> [Instructions for the task] Among the entries below, extract exactly the lines that run from the one with "v10 (100,3,-50)" through the one with "e16 v10 v13 LINE", both ends included.

Stored data entries
○ ○ ○ ○ ○ ○ ○
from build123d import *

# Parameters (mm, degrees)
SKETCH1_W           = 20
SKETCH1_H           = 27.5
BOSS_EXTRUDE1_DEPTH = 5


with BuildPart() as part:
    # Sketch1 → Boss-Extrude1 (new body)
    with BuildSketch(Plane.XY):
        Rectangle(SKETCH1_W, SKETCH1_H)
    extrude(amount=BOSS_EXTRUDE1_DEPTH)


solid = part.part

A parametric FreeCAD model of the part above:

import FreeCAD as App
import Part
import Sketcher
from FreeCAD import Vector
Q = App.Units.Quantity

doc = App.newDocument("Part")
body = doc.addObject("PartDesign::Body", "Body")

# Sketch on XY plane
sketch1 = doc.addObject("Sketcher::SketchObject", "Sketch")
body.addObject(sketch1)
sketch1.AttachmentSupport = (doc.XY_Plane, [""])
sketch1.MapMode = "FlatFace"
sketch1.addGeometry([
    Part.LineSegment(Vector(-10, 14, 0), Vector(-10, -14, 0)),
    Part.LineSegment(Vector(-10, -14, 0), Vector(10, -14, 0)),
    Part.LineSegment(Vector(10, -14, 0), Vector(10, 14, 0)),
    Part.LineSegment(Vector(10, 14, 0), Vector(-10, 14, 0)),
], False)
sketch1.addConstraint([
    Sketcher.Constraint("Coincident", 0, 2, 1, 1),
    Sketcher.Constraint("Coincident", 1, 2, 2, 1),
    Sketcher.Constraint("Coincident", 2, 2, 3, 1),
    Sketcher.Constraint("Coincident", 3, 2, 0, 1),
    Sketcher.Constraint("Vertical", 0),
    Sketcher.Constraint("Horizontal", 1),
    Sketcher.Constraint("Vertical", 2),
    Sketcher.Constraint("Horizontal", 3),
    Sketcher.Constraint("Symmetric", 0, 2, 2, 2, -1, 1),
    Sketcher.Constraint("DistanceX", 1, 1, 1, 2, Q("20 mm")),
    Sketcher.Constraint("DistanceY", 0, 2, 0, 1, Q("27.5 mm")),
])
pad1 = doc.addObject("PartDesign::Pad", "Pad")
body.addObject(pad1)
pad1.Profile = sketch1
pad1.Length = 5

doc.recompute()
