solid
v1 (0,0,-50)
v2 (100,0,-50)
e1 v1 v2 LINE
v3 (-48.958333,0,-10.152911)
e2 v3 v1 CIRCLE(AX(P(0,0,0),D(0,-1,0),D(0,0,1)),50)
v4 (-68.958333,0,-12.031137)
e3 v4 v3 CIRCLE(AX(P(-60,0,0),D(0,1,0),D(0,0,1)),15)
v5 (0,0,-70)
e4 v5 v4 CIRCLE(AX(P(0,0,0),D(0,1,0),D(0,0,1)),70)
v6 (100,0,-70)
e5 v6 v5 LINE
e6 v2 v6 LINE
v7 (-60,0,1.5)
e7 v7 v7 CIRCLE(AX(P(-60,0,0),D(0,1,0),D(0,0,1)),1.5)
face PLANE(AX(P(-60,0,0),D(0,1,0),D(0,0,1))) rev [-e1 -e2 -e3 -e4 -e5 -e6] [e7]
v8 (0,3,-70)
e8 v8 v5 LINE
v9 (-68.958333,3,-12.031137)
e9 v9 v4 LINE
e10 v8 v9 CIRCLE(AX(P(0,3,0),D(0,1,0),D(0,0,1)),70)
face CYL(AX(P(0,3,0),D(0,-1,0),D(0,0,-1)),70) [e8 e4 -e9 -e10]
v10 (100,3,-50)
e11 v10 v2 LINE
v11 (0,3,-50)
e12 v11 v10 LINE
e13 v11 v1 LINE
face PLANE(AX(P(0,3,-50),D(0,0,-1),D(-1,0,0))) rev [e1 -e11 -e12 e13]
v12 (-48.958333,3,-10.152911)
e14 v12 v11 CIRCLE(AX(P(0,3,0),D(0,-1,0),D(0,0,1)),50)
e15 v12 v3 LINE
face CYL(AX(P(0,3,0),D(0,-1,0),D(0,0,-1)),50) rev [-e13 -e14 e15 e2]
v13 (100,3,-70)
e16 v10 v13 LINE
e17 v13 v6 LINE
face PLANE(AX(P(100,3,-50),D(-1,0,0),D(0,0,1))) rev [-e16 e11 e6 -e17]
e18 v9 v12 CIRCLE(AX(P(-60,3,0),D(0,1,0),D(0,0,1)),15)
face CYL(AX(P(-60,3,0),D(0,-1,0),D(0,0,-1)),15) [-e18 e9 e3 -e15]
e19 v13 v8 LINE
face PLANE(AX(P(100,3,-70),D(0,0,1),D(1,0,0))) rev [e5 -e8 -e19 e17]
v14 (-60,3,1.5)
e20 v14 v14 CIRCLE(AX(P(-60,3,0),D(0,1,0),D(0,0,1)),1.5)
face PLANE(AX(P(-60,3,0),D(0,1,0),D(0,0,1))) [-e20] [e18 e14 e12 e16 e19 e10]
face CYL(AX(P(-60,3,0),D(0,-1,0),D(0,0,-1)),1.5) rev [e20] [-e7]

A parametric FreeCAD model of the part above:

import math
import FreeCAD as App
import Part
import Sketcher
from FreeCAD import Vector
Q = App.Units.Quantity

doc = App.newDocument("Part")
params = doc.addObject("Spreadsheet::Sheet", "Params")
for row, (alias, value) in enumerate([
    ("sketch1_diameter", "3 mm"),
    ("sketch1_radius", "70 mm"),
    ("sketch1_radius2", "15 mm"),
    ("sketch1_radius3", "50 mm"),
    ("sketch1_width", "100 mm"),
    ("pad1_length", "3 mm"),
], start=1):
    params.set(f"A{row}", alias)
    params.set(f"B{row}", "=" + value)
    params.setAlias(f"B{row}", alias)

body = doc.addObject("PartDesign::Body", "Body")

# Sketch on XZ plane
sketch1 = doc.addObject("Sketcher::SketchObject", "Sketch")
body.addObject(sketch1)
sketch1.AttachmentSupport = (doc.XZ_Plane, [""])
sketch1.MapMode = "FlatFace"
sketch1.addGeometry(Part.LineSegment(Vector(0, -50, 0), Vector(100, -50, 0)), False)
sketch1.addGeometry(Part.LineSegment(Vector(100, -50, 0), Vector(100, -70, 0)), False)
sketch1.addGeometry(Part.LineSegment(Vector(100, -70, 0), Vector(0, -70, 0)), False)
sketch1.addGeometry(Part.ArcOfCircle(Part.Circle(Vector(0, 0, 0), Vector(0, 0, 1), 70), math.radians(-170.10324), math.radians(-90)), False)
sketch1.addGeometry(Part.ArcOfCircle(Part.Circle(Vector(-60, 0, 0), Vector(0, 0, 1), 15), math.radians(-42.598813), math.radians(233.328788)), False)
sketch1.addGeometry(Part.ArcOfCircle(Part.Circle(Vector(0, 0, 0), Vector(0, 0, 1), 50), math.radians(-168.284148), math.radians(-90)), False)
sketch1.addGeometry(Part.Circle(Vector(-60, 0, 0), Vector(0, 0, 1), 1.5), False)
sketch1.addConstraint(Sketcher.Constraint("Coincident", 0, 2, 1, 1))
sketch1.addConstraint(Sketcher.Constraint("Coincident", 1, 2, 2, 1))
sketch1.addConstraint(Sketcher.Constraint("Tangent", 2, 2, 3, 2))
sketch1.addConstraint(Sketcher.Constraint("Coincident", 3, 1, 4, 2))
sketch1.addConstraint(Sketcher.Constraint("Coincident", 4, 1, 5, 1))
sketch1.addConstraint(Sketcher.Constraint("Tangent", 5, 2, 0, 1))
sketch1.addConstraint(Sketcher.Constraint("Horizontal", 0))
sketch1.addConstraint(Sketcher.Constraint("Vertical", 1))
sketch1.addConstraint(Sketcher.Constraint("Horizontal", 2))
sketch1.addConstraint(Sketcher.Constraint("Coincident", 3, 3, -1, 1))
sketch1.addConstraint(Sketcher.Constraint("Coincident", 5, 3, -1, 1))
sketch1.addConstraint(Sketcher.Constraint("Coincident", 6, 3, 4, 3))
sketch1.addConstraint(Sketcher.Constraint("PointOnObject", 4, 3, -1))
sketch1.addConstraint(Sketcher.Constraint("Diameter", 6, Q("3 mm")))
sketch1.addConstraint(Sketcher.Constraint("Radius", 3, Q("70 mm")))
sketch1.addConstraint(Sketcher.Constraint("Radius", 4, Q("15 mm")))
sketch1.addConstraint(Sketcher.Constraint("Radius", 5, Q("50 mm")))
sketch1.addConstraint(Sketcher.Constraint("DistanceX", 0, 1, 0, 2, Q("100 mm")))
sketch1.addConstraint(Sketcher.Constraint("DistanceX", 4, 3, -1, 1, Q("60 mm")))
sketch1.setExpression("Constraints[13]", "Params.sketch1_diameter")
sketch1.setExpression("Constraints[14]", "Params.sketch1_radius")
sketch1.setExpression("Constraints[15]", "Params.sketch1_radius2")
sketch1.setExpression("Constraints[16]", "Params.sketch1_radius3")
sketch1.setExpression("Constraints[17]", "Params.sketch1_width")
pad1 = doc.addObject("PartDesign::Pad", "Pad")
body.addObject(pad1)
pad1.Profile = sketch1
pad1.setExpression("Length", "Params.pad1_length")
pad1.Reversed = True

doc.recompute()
○ ○ ○ ○ ○ ○ ○
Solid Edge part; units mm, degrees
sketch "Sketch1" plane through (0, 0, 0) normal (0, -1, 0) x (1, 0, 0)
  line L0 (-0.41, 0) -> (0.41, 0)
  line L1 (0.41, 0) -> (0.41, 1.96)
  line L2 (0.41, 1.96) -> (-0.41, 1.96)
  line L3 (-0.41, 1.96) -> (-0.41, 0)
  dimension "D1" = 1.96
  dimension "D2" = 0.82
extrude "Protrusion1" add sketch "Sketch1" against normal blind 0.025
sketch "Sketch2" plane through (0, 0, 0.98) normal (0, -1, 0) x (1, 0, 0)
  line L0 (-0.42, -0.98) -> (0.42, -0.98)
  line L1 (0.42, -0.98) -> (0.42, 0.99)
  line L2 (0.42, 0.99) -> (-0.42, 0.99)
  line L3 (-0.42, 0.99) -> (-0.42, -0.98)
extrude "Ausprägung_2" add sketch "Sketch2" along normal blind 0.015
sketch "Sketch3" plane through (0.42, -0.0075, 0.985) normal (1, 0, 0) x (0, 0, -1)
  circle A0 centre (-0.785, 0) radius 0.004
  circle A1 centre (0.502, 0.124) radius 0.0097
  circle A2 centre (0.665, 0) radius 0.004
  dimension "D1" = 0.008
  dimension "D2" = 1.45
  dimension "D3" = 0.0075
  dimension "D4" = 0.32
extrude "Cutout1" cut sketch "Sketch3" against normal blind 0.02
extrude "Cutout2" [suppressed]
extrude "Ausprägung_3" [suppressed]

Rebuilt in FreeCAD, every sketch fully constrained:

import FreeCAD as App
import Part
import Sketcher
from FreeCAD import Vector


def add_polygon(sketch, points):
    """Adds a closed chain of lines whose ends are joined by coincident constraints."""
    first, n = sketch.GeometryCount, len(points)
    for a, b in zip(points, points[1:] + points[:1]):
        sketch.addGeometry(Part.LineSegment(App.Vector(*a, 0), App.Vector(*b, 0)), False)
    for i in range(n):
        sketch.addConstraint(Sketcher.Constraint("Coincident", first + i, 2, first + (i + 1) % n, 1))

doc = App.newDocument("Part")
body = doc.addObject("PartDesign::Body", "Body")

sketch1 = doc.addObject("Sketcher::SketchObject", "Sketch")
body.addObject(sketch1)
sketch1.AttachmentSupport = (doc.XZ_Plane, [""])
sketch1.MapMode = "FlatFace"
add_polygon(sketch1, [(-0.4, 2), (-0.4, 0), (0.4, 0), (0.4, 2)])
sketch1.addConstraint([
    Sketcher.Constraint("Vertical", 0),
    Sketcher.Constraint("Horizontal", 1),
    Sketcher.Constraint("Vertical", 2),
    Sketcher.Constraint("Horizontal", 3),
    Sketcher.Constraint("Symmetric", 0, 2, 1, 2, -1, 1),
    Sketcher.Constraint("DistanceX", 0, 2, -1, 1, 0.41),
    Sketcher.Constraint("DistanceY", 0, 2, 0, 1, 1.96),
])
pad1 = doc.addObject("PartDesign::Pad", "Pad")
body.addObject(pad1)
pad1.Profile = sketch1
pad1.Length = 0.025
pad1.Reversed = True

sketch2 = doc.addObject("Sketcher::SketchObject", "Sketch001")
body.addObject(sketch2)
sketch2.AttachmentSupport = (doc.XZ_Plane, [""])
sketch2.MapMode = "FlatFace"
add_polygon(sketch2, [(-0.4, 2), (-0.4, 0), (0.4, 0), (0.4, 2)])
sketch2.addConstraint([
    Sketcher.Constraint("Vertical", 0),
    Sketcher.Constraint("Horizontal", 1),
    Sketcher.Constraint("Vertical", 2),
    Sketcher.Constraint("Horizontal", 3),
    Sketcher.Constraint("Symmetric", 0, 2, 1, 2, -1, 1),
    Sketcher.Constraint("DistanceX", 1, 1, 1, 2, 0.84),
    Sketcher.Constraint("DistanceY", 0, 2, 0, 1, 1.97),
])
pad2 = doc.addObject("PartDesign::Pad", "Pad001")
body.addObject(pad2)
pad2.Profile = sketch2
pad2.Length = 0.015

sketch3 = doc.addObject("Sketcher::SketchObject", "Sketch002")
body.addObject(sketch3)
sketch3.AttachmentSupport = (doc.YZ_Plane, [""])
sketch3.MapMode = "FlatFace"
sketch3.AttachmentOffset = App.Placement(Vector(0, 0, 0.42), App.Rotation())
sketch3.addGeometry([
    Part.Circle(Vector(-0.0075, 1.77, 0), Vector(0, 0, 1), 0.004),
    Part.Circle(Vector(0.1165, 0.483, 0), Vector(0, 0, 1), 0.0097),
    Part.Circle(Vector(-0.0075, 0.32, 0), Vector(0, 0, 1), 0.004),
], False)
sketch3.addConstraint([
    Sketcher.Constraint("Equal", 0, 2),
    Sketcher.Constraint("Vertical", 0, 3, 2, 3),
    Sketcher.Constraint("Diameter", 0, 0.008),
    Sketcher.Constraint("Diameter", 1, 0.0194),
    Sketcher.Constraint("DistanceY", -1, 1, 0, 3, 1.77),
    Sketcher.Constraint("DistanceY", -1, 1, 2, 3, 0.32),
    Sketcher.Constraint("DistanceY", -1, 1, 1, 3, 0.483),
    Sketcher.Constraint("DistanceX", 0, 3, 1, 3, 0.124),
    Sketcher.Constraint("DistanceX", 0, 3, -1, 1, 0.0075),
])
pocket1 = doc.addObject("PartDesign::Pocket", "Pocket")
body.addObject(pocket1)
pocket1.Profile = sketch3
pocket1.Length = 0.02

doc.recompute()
○ ○ ○ ○ ○ ○ ○
> [Response to the exercise]
v10 (100,3,-50)
e11 v10 v2 LINE
v11 (0,3,-50)
e12 v11 v10 LINE
e13 v11 v1 LINE
face PLANE(AX(P(0,3,-50),D(0,0,-1),D(-1,0,0))) rev [e1 -e11 -e12 e13]
v12 (-48.958333,3,-10.152911)
e14 v12 v11 CIRCLE(AX(P(0,3,0),D(0,-1,0),D(0,0,1)),50)
e15 v12 v3 LINE
face CYL(AX(P(0,3,0),D(0,-1,0),D(0,0,-1)),50) rev [-e13 -e14 e15 e2]
v13 (100,3,-70)
e16 v10 v13 LINE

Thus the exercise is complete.